» **TASK ITEM**
A verbatim reproduction of the lines below, from the line containing "face CYL(AX(P(0,15,0),D(0,-1,0),D(0,0,-1)),15) [-e15]" through the line containing "# FreeCAD 1.0 macro for this part", both ends included, is the whole required output.

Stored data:
*** Begin section ***

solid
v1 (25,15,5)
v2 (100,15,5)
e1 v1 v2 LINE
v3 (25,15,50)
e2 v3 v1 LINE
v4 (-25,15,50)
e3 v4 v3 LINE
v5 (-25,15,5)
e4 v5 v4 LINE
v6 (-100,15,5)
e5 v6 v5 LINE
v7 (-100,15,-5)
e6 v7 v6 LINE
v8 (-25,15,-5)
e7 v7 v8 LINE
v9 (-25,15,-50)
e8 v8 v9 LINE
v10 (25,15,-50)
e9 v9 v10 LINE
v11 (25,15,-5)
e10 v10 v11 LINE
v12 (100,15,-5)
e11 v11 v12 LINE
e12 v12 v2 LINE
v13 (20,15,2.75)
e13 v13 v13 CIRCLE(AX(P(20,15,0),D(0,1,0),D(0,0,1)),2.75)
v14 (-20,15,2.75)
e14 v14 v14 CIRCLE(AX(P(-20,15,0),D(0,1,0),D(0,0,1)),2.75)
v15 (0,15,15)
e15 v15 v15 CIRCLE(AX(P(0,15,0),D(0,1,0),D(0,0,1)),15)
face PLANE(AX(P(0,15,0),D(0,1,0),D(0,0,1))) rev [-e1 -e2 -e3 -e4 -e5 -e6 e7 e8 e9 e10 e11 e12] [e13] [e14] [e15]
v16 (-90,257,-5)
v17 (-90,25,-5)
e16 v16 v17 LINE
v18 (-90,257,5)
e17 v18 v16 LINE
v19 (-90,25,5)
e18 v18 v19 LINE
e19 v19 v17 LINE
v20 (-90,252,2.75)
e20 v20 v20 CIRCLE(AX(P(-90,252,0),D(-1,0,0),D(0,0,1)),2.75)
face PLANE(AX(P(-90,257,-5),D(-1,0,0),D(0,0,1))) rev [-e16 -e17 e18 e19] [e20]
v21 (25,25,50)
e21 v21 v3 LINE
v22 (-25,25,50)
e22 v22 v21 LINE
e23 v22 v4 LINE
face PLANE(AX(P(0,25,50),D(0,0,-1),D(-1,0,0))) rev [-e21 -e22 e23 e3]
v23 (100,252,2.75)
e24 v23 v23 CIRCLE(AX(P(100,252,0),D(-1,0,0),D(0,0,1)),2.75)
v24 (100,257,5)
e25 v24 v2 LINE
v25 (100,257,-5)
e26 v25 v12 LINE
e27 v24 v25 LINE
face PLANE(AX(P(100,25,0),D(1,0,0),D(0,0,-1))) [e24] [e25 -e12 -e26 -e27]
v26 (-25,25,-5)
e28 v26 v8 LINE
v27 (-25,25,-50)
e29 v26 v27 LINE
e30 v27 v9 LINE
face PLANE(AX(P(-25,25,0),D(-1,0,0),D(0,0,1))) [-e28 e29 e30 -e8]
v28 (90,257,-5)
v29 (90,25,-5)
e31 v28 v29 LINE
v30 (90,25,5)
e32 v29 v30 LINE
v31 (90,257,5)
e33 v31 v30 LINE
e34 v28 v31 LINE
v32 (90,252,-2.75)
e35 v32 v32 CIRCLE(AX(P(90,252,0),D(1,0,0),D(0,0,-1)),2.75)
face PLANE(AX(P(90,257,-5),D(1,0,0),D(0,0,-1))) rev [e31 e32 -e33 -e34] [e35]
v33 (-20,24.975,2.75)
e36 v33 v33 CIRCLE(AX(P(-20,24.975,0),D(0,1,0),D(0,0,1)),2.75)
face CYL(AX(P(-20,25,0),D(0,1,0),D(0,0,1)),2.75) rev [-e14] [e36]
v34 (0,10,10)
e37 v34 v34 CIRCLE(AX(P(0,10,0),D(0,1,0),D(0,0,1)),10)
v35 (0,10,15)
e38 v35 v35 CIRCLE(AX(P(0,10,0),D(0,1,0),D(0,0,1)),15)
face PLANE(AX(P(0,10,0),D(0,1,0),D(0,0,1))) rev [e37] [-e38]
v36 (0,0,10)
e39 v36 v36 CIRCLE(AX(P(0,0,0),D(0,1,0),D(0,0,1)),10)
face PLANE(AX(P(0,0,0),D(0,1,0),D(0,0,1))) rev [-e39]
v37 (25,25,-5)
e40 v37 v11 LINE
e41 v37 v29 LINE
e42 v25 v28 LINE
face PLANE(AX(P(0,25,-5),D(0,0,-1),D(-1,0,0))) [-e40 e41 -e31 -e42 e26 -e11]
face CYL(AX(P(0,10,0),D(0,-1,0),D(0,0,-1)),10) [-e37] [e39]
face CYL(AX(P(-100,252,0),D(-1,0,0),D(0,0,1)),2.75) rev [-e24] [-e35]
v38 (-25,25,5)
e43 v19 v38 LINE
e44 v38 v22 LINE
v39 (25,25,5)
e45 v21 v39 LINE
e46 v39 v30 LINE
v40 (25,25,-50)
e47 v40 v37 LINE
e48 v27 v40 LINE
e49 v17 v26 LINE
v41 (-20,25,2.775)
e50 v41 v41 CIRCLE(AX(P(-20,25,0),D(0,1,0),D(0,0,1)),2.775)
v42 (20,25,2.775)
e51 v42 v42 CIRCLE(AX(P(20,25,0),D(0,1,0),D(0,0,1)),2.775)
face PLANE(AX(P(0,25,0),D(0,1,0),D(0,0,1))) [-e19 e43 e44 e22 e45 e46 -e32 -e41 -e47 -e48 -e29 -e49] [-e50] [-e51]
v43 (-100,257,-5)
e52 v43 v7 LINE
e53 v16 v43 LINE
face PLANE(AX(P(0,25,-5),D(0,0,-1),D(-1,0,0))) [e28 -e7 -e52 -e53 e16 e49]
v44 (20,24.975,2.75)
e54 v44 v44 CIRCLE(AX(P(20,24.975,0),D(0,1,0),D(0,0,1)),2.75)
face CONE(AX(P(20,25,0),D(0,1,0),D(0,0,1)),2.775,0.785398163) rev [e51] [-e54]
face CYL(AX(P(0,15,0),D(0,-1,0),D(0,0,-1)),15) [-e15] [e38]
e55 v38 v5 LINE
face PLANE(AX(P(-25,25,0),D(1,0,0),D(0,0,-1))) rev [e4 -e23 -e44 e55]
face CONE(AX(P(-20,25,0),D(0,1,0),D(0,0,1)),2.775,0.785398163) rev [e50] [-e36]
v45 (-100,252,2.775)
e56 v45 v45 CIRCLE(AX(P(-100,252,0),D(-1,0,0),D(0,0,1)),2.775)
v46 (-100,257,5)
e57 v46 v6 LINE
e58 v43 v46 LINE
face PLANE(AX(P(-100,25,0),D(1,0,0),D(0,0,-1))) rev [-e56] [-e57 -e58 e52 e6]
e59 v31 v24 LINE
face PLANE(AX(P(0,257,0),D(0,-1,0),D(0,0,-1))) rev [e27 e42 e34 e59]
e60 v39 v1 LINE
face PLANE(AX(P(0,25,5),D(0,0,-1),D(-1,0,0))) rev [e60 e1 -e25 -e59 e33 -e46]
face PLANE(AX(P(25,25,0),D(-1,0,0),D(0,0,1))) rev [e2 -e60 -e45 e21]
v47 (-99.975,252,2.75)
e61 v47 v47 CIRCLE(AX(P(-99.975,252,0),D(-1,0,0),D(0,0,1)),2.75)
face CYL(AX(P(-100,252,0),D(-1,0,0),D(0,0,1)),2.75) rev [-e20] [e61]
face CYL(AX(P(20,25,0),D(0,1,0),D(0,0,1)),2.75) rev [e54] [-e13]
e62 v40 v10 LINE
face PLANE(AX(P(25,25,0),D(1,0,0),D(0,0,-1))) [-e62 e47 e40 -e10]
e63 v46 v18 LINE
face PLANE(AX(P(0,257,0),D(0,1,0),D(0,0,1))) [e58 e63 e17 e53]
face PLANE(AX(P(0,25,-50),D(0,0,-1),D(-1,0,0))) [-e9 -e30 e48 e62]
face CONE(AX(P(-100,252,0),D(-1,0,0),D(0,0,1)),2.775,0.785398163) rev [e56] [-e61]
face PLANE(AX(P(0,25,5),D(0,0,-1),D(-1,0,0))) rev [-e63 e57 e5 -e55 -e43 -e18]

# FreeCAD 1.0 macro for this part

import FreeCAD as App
import Part
import Sketcher
from FreeCAD import Vector
Q = App.Units.Quantity


def add_polygon(sketch, points):
    """Adds a closed chain of lines whose ends are joined by coincident constraints."""
    first, n = sketch.GeometryCount, len(points)
    for a, b in zip(points, points[1:] + points[:1]):
        sketch.addGeometry(Part.LineSegment(App.Vector(*a, 0), App.Vector(*b, 0)), False)
    for i in range(n):
        sketch.addConstraint(Sketcher.Constraint("Coincident", first + i, 2, first + (i + 1) % n, 1))

doc = App.newDocument("Part")
body = doc.addObject("PartDesign::Body", "Body")

sketch1 = body.newObject("Sketcher::SketchObject", "Sketch")
sketch1.AttachmentSupport = (doc.getObject("XZ_Plane"), [""])
sketch1.MapMode = "FlatFace"
sketch1.addGeometry(Part.Circle(Vector(0, 0, 0), Vector(0, 0, 1), 10), False)
sketch1.addConstraint([
    Sketcher.Constraint("Coincident", 0, 3, -1, 1),
    Sketcher.Constraint("Diameter", 0, Q("20 mm")),
])
pad1 = body.newObject("PartDesign::Pad", "Pad")
pad1.Profile = sketch1
pad1.Length = 10
pad1.Reversed = True

sketch2 = body.newObject("Sketcher::SketchObject", "Sketch001")
sketch2.AttachmentSupport = (doc.getObject("XZ_Plane"), [""])
sketch2.MapMode = "FlatFace"
sketch2.AttachmentOffset = App.Placement(Vector(0, 0, -10), App.Rotation())
sketch2.addGeometry(Part.Circle(Vector(0, 0, 0), Vector(0, 0, 1), 15), False)
sketch2.addConstraint([
    Sketcher.Constraint("Coincident", 0, 3, -1, 1),
    Sketcher.Constraint("Diameter", 0, Q("30 mm")),
])
pad2 = body.newObject("PartDesign::Pad", "Pad001")
pad2.Profile = sketch2
pad2.Length = 5
pad2.Reversed = True

sketch3 = body.newObject("Sketcher::SketchObject", "Sketch002")
sketch3.AttachmentSupport = (doc.getObject("XZ_Plane"), [""])
sketch3.MapMode = "FlatFace"
sketch3.AttachmentOffset = App.Placement(Vector(0, 0, -15), App.Rotation())
add_polygon(sketch3, [(-25, -50), (-25, -5), (-100, -5), (-100, 5), (-25, 5), (-25, 50), (25, 50), (25, 5), (100, 5), (100, -5), (25, -5), (25, -50)])
sketch3.addConstraint([
    Sketcher.Constraint("Vertical", 0),
    Sketcher.Constraint("Horizontal", 1),
    Sketcher.Constraint("Vertical", 2),
    Sketcher.Constraint("Horizontal", 3),
    Sketcher.Constraint("Vertical", 4),
    Sketcher.Constraint("Horizontal", 5),
    Sketcher.Constraint("Vertical", 6),
    Sketcher.Constraint("Horizontal", 7),
    Sketcher.Constraint("Vertical", 8),
    Sketcher.Constraint("Horizontal", 9),
    Sketcher.Constraint("Vertical", 10),
    Sketcher.Constraint("Horizontal", 11),
    Sketcher.Constraint("Symmetric", 0, 2, 6, 2, -1, 1),
    Sketcher.Constraint("Symmetric", 2, 2, 8, 2, -1, 1),
    Sketcher.Constraint("Symmetric", 4, 2, 10, 2, -1, 1),
    Sketcher.Constraint("Symmetric", 3, 2, 6, 2, -2),
    Sketcher.Constraint("DistanceX", 1, 2, 1, 1, Q("75 mm")),
    Sketcher.Constraint("DistanceX", 5, 1, 5, 2, Q("50 mm")),
    Sketcher.Constraint("DistanceY", 0, 1, 0, 2, Q("45 mm")),
    Sketcher.Constraint("DistanceY", 2, 1, 2, 2, Q("10 mm")),
])
pad3 = body.newObject("PartDesign::Pad", "Pad002")
pad3.Profile = sketch3
pad3.Length = 10
pad3.Reversed = True

sketch4 = body.newObject("Sketcher::SketchObject", "Sketch003")
sketch4.AttachmentSupport = (doc.getObject("XZ_Plane"), [""])
sketch4.MapMode = "FlatFace"
sketch4.AttachmentOffset = App.Placement(Vector(0, 0, -25), App.Rotation())
add_polygon(sketch4, [(-100, -5), (-100, 5), (-90, 5), (-90, -5)])
add_polygon(sketch4, [(90, -5), (90, 5), (100, 5), (100, -5)])
sketch4.addConstraint([
    Sketcher.Constraint("Vertical", 0),
    Sketcher.Constraint("Horizontal", 1),
    Sketcher.Constraint("Vertical", 2),
    Sketcher.Constraint("Horizontal", 3),
    Sketcher.Constraint("Vertical", 4),
    Sketcher.Constraint("Horizontal", 5),
    Sketcher.Constraint("Vertical", 6),
    Sketcher.Constraint("Horizontal", 7),
    Sketcher.Constraint("Symmetric", 2, 2, 4, 2, -1, 1),
    Sketcher.Constraint("Symmetric", 0, 2, 6, 2, -1, 1),
    Sketcher.Constraint("Horizontal", 1, 2, 4, 2),
    Sketcher.Constraint("Equal", 7, 0),
    Sketcher.Constraint("DistanceX", 1, 1, 1, 2, Q("10 mm")),
    Sketcher.Constraint("DistanceX", 0, 2, -1, 1, Q("100 mm")),
])
pad4 = body.newObject("PartDesign::Pad", "Pad003")
pad4.Profile = sketch4
pad4.Length = 232
pad4.Reversed = True

sketch5 = body.newObject("Sketcher::SketchObject", "Sketch004")
sketch5.AttachmentSupport = (doc.getObject("YZ_Plane"), [""])
sketch5.MapMode = "FlatFace"
sketch5.AttachmentOffset = App.Placement(Vector(0, 0, -100), App.Rotation())
sketch5.addGeometry(Part.Circle(Vector(252, 0, 0), Vector(0, 0, 1), 2.8), False)
sketch5.addConstraint([
    Sketcher.Constraint("PointOnObject", 0, 3, -1),
    Sketcher.Constraint("Diameter", 0, Q("5.5 mm")),
    Sketcher.Constraint("DistanceX", -1, 1, 0, 3, Q("252 mm")),
])
doc.recompute()
hole = body.newObject("PartDesign::Hole", "Hole")
hole.Profile = sketch5
hole.ThreadType = "None"
hole.Diameter = 5.5
hole.DepthType = "ThroughAll"
hole.HoleCutType = "Countersink"
hole.HoleCutDiameter = 5.55
hole.HoleCutCountersinkAngle = 90
hole.Reversed = True

sketch6 = body.newObject("Sketcher::SketchObject", "Sketch005")
sketch6.AttachmentSupport = (doc.getObject("XZ_Plane"), [""])
sketch6.MapMode = "FlatFace"
sketch6.AttachmentOffset = App.Placement(Vector(0, 0, -25), App.Rotation())
sketch6.addGeometry([
    Part.Circle(Vector(-20, 0, 0), Vector(0, 0, 1), 2.8),
    Part.Circle(Vector(20, 0, 0), Vector(0, 0, 1), 2.8),
], False)
sketch6.addConstraint([
    Sketcher.Constraint("Equal", 0, 1),
    Sketcher.Constraint("Symmetric", 0, 3, 1, 3, -1, 1),
    Sketcher.Constraint("PointOnObject", 0, 3, -1),
    Sketcher.Constraint("Diameter", 0, Q("5.5 mm")),
    Sketcher.Constraint("DistanceX", 0, 3, -1, 1, Q("20 mm")),
])
doc.recompute()
hole2 = body.newObject("PartDesign::Hole", "Hole001")
hole2.Profile = sketch6
hole2.ThreadType = "None"
hole2.Diameter = 5.5
hole2.DepthType = "ThroughAll"
hole2.HoleCutType = "Countersink"
hole2.HoleCutDiameter = 5.55
hole2.HoleCutCountersinkAngle = 90
hole2.Reversed = True

doc.recompute()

*** End section ***

» **THE ANSWER**
face CYL(AX(P(0,15,0),D(0,-1,0),D(0,0,-1)),15) [-e15] [e38]
e55 v38 v5 LINE
face PLANE(AX(P(-25,25,0),D(1,0,0),D(0,0,-1))) rev [e4 -e23 -e44 e55]
face CONE(AX(P(-20,25,0),D(0,1,0),D(0,0,1)),2.775,0.785398163) rev [e50] [-e36]
v45 (-100,252,2.775)
e56 v45 v45 CIRCLE(AX(P(-100,252,0),D(-1,0,0),D(0,0,1)),2.775)
v46 (-100,257,5)
e57 v46 v6 LINE
e58 v43 v46 LINE
face PLANE(AX(P(-100,25,0),D(1,0,0),D(0,0,-1))) rev [-e56] [-e57 -e58 e52 e6]
e59 v31 v24 LINE
face PLANE(AX(P(0,257,0),D(0,-1,0),D(0,0,-1))) rev [e27 e42 e34 e59]
e60 v39 v1 LINE
face PLANE(AX(P(0,25,5),D(0,0,-1),D(-1,0,0))) rev [e60 e1 -e25 -e59 e33 -e46]
face PLANE(AX(P(25,25,0),D(-1,0,0),D(0,0,1))) rev [e2 -e60 -e45 e21]
v47 (-99.975,252,2.75)
e61 v47 v47 CIRCLE(AX(P(-99.975,252,0),D(-1,0,0),D(0,0,1)),2.75)
face CYL(AX(P(-100,252,0),D(-1,0,0),D(0,0,1)),2.75) rev [-e20] [e61]
face CYL(AX(P(20,25,0),D(0,1,0),D(0,0,1)),2.75) rev [e54] [-e13]
e62 v40 v10 LINE
face PLANE(AX(P(25,25,0),D(1,0,0),D(0,0,-1))) [-e62 e47 e40 -e10]
e63 v46 v18 LINE
face PLANE(AX(P(0,257,0),D(0,1,0),D(0,0,1))) [e58 e63 e17 e53]
face PLANE(AX(P(0,25,-50),D(0,0,-1),D(-1,0,0))) [-e9 -e30 e48 e62]
face CONE(AX(P(-100,252,0),D(-1,0,0),D(0,0,1)),2.775,0.785398163) rev [e56] [-e61]
face PLANE(AX(P(0,25,5),D(0,0,-1),D(-1,0,0))) rev [-e63 e57 e5 -e55 -e43 -e18]

# FreeCAD 1.0 macro for this part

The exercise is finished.